James Suazo, English education major and president of the College of Liberal Arts Student Council (CLASC), said a retrofitting plan has been consistently postponed despite the danger that students and faculties are exposed to every day.

“This issue is important because of the mere fact that, despite structural engineering reports that identified these buildings as ‘not meeting safety life requirements,’ the administration has continued to allow these buildings to be utilized,” Suazo said via email. “The letter was written after many student leaders from our college voiced concerns towards the lack of prioritization in retrofitting the buildings while other projects like the $650,000 SRWC (Student Recreation and Wellness Center) fence received the administration’s support.”

This year, lawmakers reduced the university’s budget by $650 million, leaving the Cal State University payroll just above $2 billion for 2011-12.

If state revenues fall, an additional cut of up to $100 million would be expected.
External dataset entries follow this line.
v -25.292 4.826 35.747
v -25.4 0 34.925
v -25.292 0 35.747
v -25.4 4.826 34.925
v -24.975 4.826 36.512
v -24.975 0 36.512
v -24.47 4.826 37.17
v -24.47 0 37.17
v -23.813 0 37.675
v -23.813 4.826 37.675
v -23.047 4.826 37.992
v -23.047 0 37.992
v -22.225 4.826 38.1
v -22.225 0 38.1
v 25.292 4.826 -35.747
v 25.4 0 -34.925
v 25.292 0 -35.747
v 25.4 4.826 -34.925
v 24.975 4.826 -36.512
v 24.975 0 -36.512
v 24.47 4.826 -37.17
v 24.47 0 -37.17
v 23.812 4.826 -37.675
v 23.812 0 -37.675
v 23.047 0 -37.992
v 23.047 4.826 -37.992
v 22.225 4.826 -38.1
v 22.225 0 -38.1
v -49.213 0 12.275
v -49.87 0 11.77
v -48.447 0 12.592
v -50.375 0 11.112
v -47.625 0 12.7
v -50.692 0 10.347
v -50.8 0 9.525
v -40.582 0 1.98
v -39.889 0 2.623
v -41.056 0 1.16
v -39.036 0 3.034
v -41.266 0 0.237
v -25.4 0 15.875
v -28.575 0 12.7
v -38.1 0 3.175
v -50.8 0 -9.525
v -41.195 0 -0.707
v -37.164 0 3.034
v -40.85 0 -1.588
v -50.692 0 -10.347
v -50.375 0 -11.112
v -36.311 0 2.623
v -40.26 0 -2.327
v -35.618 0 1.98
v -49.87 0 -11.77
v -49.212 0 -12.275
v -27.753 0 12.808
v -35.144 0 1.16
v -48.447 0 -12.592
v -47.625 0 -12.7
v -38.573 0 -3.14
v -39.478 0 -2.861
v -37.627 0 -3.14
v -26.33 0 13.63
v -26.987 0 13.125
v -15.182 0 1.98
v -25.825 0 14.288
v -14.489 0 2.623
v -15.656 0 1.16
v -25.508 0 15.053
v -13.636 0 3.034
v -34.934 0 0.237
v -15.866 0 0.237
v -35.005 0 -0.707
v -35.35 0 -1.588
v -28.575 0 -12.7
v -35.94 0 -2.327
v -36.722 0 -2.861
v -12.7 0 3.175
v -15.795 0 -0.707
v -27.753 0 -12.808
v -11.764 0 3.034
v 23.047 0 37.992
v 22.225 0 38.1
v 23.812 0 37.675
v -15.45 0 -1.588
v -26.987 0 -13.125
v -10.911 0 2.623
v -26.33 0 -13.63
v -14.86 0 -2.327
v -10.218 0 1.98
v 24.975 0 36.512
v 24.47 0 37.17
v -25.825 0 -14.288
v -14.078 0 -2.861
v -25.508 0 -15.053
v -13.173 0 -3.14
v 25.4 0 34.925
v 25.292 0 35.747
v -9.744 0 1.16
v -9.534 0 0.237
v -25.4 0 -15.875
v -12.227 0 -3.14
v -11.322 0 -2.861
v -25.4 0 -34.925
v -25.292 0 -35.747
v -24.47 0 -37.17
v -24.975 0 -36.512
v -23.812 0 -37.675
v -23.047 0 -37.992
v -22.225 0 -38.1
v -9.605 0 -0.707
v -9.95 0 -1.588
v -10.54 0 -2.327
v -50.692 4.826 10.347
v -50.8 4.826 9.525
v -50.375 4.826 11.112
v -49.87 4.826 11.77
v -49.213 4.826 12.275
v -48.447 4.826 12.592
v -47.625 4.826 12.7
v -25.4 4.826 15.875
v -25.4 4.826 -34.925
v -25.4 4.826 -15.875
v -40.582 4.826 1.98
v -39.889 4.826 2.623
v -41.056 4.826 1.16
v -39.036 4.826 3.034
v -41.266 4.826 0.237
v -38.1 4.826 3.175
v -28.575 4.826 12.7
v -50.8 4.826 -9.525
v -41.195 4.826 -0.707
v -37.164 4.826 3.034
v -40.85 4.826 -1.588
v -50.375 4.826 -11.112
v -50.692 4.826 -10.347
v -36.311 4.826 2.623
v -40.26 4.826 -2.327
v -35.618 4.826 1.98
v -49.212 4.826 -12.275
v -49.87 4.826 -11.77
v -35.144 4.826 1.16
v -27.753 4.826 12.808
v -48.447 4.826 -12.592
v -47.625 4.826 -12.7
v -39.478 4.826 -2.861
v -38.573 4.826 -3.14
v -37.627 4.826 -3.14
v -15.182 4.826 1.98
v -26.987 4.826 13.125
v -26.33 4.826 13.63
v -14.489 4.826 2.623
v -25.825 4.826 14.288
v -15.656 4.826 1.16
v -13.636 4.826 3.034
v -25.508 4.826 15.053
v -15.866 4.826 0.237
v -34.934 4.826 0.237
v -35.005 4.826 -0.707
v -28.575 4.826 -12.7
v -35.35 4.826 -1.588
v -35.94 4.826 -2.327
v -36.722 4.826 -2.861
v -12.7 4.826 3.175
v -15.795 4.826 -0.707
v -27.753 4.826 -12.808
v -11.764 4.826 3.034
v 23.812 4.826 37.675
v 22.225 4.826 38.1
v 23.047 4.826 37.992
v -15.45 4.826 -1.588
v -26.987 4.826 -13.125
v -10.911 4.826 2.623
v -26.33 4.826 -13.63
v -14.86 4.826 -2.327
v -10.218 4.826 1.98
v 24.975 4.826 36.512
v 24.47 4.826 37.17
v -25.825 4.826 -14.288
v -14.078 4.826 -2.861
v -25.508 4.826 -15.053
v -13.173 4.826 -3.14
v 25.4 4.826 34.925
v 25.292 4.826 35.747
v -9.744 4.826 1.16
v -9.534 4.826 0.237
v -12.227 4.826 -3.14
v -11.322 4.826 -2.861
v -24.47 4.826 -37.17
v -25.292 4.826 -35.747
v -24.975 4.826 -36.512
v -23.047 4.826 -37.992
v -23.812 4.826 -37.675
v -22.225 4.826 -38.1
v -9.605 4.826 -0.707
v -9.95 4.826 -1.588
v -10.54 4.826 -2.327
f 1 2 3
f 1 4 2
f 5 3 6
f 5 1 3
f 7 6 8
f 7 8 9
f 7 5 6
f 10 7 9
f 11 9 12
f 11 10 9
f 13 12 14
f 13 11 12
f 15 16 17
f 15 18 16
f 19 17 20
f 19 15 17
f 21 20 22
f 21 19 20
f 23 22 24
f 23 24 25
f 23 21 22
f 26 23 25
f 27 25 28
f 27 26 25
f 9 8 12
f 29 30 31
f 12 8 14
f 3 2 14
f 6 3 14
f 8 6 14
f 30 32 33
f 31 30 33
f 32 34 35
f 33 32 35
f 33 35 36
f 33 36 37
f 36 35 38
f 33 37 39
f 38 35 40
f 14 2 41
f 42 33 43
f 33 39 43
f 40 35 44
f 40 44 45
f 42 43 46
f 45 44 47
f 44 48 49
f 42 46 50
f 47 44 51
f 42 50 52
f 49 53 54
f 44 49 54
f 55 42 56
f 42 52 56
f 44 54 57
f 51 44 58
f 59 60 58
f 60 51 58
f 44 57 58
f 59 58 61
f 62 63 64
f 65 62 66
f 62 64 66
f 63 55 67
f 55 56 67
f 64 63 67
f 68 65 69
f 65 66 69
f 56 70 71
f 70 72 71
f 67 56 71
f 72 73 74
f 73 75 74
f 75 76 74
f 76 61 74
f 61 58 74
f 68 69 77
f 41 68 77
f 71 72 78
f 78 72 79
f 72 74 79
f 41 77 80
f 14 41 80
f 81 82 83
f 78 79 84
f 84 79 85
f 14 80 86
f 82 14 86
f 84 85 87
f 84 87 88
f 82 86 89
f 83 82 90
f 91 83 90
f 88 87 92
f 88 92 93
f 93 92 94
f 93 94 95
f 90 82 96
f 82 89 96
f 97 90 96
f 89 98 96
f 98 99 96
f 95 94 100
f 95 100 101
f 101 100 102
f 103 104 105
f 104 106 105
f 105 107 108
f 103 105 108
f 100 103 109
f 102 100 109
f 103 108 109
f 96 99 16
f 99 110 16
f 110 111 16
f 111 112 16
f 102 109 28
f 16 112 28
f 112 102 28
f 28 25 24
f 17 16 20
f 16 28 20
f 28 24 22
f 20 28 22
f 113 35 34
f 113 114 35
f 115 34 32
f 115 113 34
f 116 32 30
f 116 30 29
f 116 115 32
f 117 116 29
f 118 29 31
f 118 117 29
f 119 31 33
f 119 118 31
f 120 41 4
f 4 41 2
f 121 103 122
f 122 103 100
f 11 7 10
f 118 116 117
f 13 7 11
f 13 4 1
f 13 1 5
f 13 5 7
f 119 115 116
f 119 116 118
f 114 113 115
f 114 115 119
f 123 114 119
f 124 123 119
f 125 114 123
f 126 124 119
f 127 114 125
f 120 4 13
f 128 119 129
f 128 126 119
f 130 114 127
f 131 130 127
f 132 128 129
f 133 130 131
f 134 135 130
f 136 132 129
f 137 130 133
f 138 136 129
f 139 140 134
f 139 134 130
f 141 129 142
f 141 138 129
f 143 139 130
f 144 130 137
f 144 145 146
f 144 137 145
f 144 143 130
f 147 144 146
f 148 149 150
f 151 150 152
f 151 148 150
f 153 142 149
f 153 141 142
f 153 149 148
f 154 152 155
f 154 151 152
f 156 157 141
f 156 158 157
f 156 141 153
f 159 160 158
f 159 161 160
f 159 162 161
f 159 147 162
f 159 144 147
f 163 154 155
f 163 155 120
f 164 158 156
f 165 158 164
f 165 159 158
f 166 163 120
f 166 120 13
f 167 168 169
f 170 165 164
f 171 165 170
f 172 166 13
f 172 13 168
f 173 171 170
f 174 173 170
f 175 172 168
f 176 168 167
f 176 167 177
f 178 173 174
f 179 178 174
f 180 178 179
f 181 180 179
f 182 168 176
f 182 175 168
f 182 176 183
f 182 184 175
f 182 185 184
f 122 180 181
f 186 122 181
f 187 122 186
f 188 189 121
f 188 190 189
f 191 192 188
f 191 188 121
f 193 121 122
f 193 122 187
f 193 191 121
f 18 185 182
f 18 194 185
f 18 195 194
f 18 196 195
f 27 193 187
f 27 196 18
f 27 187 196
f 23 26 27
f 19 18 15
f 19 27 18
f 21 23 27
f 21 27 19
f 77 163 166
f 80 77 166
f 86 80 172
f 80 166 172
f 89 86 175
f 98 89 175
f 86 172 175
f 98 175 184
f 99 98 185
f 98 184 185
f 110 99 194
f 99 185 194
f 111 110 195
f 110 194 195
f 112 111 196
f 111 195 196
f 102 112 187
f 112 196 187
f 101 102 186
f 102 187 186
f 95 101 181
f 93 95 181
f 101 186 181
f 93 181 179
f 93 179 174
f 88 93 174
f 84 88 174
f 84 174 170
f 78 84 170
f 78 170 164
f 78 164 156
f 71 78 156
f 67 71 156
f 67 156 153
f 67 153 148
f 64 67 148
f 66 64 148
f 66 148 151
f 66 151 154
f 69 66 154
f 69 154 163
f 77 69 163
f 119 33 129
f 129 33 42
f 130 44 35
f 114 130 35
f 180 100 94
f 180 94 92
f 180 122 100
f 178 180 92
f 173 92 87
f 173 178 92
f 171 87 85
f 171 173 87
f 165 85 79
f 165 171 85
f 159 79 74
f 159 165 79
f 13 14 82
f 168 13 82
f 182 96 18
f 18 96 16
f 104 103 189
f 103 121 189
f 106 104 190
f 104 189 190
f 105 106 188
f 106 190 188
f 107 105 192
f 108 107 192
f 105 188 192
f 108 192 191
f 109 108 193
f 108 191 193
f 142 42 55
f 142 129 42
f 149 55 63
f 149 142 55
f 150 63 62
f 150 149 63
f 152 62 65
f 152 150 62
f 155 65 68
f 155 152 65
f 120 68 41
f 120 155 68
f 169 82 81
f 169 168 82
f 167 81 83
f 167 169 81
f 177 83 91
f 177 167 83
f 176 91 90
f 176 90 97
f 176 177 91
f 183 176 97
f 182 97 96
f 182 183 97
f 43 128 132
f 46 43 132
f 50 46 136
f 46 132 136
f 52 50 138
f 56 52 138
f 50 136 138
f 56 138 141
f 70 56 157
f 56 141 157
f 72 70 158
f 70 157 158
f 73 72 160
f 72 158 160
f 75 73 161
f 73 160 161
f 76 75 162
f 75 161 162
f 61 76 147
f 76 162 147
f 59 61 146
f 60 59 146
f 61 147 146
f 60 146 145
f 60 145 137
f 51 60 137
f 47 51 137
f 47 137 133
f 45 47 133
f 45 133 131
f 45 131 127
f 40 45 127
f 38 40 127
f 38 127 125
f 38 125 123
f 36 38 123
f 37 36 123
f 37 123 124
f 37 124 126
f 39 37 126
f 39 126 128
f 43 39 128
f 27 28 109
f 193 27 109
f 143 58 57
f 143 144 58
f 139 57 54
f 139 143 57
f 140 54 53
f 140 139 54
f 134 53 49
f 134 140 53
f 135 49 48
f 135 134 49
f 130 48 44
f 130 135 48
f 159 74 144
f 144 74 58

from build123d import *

# Parameters (mm, degrees)
BOSS_EXTRUDE1_DEPTH = 4.826
FILLET1_R           = 3.175
SKETCH2_R           = 3.175
CUT_EXTRUDE1_DEPTH  = 64.68312395


with BuildPart() as part:
    # Sketch1 → Boss-Extrude1 (new body)
    with BuildSketch(Plane(origin=(0, 0, 0), x_dir=(1, 0, 0), z_dir=(0, 1, 0))):
        Polygon((-25.4, 38.1), (-25.4, 12.7), (-50.8, 12.7), (-50.8, -12.7), (-25.4, -12.7), (-25.4, -38.1), (25.4, -38.1), (25.4, 38.1), align=None)
    extrude(amount=BOSS_EXTRUDE1_DEPTH)

    # Fillet1
    fillet1_edges = [part.edges().sort_by_distance(p)[0] for p in [
        (25.4, 2.413, -38.1),
        (25.4, 2.413, 38.1),
        (-25.4, 2.413, 38.1),
        (-25.4, 2.413, 12.7),
        (-50.8, 2.413, 12.7),
        (-50.8, 2.413, -12.7),
        (-25.4, 2.413, -12.7),
        (-25.4, 2.413, -38.1),
    ]]
    fillet(fillet1_edges, radius=FILLET1_R)

    # Sketch2 → Cut-Extrude1 (cut, through all)
    with BuildSketch(Plane(origin=(0, 4.826, 0), x_dir=(1, 0, 0), z_dir=(0, 1, 0))):
        with Locations(Location((-38.1, 0, 0), (0, 0, 270))):
            Circle(SKETCH2_R)
        with Locations(Location((-12.7, 0, 0), (0, 0, 270))):
            Circle(SKETCH2_R)
    extrude(amount=-CUT_EXTRUDE1_DEPTH, mode=Mode.SUBTRACT)


solid = part.part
The provision has halted the planned seismic retrofitting and renovations and may push back the project by at least a year and a half.

Mary Stephens, vice president for administration and finance, explained that the school is trying its best to retrofit as soon as this summer.

“We have been working on the project for over a year and it remains our highest priority,” Stephens said via email. “We are actively planning for the seismic retrofit of these buildings with the intent of starting the project this summer, which means that the LA 2, 3 and 4 buildings will not be used next academic year.”

Stephens also mentioned that the budget cut will affect the retrofitting project’s original plan.

“Because of further state budget cuts that we expect to be enacted soon, we have had to scale back our original project plan to focus only on correcting seismic and ADA (Americans with Disability Act) issues,” Stephens said. “The re-scoped project continues to address the seismic issues that are the primary concern of students, faculty, and staff who use the buildings.”